Your goal:
Write out each line of the entries exactly, starting at the first and finishing with the line that contains "v 0.787 0.682 10.924".
*** Records to process ***
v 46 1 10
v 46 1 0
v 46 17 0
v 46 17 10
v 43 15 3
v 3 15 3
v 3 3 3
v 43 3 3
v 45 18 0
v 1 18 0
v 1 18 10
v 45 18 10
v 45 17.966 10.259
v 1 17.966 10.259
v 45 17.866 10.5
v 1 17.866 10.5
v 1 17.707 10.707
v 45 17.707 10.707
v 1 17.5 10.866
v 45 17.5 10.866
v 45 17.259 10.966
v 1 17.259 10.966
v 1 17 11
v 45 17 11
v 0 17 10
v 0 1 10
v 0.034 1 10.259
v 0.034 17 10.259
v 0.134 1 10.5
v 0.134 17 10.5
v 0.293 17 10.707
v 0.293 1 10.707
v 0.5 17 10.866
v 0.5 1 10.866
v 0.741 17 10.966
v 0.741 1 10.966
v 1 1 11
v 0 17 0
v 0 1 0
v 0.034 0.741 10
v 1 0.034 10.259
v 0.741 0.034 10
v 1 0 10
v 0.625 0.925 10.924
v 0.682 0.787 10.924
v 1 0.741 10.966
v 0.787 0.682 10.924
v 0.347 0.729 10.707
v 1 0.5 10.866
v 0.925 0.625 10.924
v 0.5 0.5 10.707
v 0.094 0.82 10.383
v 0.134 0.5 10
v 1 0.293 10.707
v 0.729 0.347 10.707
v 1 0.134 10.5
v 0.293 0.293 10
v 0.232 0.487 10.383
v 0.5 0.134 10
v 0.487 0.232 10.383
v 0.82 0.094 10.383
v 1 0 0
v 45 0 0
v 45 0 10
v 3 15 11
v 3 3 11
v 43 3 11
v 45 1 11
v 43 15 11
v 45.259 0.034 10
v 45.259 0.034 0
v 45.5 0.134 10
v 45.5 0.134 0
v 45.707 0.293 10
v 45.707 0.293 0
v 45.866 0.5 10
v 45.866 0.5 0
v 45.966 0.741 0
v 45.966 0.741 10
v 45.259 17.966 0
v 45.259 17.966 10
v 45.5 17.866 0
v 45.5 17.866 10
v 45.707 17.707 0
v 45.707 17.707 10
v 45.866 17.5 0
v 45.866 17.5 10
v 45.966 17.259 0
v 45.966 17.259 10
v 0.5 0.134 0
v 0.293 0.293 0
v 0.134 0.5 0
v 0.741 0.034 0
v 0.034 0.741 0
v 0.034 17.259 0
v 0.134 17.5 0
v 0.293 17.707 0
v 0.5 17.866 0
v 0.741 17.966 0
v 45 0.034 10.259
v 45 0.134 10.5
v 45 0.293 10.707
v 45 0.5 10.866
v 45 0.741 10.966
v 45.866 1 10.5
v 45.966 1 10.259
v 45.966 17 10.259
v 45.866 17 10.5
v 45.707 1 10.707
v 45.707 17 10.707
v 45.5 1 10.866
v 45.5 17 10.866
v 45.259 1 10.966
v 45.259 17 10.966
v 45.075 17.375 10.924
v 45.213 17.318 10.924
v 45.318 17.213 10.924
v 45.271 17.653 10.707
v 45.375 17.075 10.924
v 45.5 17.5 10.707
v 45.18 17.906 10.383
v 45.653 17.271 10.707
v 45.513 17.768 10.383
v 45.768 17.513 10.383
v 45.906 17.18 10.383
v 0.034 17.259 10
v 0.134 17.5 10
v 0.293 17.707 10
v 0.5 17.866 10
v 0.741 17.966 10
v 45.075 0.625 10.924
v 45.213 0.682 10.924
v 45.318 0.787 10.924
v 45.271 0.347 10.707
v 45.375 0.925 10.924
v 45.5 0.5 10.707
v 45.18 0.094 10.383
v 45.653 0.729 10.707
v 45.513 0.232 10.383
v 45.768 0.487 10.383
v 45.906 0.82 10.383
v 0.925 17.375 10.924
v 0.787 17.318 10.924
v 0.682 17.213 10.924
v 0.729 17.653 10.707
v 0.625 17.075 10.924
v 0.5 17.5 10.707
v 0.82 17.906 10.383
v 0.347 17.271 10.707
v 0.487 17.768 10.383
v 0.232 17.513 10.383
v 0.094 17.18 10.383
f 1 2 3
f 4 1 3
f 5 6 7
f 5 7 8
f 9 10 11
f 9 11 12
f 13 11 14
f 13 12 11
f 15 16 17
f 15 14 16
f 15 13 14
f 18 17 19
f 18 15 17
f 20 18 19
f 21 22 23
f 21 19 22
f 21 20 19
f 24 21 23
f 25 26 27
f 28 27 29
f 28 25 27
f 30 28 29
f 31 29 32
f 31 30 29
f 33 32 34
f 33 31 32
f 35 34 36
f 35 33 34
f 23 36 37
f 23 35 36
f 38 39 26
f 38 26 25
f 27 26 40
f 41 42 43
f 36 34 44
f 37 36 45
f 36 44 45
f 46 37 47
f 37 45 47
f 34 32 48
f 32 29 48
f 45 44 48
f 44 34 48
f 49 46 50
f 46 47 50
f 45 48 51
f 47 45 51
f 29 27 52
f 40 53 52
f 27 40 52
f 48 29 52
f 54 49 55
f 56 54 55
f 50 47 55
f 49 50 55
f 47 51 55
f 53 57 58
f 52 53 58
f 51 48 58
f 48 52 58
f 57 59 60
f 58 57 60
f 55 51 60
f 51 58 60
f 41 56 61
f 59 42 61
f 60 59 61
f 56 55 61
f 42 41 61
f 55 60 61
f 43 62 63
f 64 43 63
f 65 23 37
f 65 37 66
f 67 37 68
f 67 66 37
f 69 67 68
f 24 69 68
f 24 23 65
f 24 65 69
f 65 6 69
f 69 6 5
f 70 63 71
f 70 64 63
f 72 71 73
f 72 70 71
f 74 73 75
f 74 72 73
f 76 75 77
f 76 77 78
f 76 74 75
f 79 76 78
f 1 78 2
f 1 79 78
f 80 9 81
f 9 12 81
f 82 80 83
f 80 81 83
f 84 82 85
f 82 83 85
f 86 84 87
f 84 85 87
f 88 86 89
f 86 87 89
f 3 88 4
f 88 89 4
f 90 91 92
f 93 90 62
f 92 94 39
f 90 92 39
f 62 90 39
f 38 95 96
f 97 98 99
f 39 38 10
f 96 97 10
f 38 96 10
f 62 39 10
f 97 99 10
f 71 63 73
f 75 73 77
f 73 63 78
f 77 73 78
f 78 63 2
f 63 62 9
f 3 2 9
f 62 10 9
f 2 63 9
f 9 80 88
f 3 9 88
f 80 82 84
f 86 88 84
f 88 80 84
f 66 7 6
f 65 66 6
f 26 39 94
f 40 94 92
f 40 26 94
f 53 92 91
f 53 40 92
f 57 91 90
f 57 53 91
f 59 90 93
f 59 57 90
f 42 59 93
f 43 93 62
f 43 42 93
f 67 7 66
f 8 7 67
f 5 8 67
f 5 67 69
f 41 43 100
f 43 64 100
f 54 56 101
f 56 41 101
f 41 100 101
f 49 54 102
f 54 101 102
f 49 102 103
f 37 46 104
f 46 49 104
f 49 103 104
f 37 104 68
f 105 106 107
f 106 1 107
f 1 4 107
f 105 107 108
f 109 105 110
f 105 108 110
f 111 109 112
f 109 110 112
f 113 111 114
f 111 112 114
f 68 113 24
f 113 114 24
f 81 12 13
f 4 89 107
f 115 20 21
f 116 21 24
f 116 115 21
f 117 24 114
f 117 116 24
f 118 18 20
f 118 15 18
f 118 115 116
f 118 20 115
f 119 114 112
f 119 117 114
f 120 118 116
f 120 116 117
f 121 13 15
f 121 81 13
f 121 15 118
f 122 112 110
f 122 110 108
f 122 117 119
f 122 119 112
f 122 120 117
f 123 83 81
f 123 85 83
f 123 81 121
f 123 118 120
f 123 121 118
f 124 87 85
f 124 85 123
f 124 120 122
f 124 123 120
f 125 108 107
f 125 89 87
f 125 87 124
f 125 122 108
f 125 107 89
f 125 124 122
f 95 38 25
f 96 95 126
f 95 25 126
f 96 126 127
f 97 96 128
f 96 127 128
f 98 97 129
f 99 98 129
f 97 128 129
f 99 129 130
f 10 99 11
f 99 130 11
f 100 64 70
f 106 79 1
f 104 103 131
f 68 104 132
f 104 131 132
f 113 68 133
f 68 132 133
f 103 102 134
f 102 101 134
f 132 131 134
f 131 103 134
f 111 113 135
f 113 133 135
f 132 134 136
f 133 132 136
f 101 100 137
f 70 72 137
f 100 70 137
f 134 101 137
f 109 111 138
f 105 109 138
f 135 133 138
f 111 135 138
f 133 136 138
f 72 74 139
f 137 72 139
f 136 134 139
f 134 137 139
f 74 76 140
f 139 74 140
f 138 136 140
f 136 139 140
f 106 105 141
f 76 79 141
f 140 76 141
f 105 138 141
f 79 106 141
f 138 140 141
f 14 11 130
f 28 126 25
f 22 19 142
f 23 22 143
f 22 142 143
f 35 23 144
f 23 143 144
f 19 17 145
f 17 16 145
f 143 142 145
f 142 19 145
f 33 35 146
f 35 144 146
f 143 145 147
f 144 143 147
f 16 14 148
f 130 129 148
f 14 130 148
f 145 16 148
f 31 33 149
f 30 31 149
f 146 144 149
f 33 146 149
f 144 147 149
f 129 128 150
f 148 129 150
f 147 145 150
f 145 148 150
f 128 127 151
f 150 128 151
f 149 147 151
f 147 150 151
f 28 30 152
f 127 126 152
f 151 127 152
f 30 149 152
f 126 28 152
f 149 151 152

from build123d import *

# Parameters (mm, degrees)
F0_W     = 46
F0_H     = 18
F0_W_2   = 40
F0_H_2   = 12
F1_DEPTH = 11
F2_W     = 40
F2_H     = 12
F3_DEPTH = 3
F4_R     = 1


with BuildPart() as f1:
    # F0 (on Top) → F1 (new body)
    with BuildSketch(Plane.XY):
        with Locations((23, 9)):
            Rectangle(F0_W, F0_H)
        with Locations((23, 9)):
            Rectangle(F0_W_2, F0_H_2, mode=Mode.SUBTRACT)
    extrude(amount=F1_DEPTH)

    # F2 (on Top) → F3 (join)
    with BuildSketch(Plane.XY):
        with Locations((23, 9)):
            Rectangle(F2_W, F2_H)
    extrude(amount=F3_DEPTH)

    # F4
    f4_edges = [f1.edges().sort_by_distance(p)[0] for p in [
        (46, 18, 5.5),
        (46, 0, 5.5),
        (0, 0, 5.5),
        (0, 18, 5.5),
        (23, 18, 11),
        (0, 9, 11),
        (23, 0, 11),
        (46, 9, 11),
    ]]
    fillet(f4_edges, radius=F4_R)


solid = f1.part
*** End of Records to process ***
Result:
v 46 1 10
v 46 1 0
v 46 17 0
v 46 17 10
v 43 15 3
v 3 15 3
v 3 3 3
v 43 3 3
v 45 18 0
v 1 18 0
v 1 18 10
v 45 18 10
v 45 17.966 10.259
v 1 17.966 10.259
v 45 17.866 10.5
v 1 17.866 10.5
v 1 17.707 10.707
v 45 17.707 10.707
v 1 17.5 10.866
v 45 17.5 10.866
v 45 17.259 10.966
v 1 17.259 10.966
v 1 17 11
v 45 17 11
v 0 17 10
v 0 1 10
v 0.034 1 10.259
v 0.034 17 10.259
v 0.134 1 10.5
v 0.134 17 10.5
v 0.293 17 10.707
v 0.293 1 10.707
v 0.5 17 10.866
v 0.5 1 10.866
v 0.741 17 10.966
v 0.741 1 10.966
v 1 1 11
v 0 17 0
v 0 1 0
v 0.034 0.741 10
v 1 0.034 10.259
v 0.741 0.034 10
v 1 0 10
v 0.625 0.925 10.924
v 0.682 0.787 10.924
v 1 0.741 10.966
v 0.787 0.682 10.924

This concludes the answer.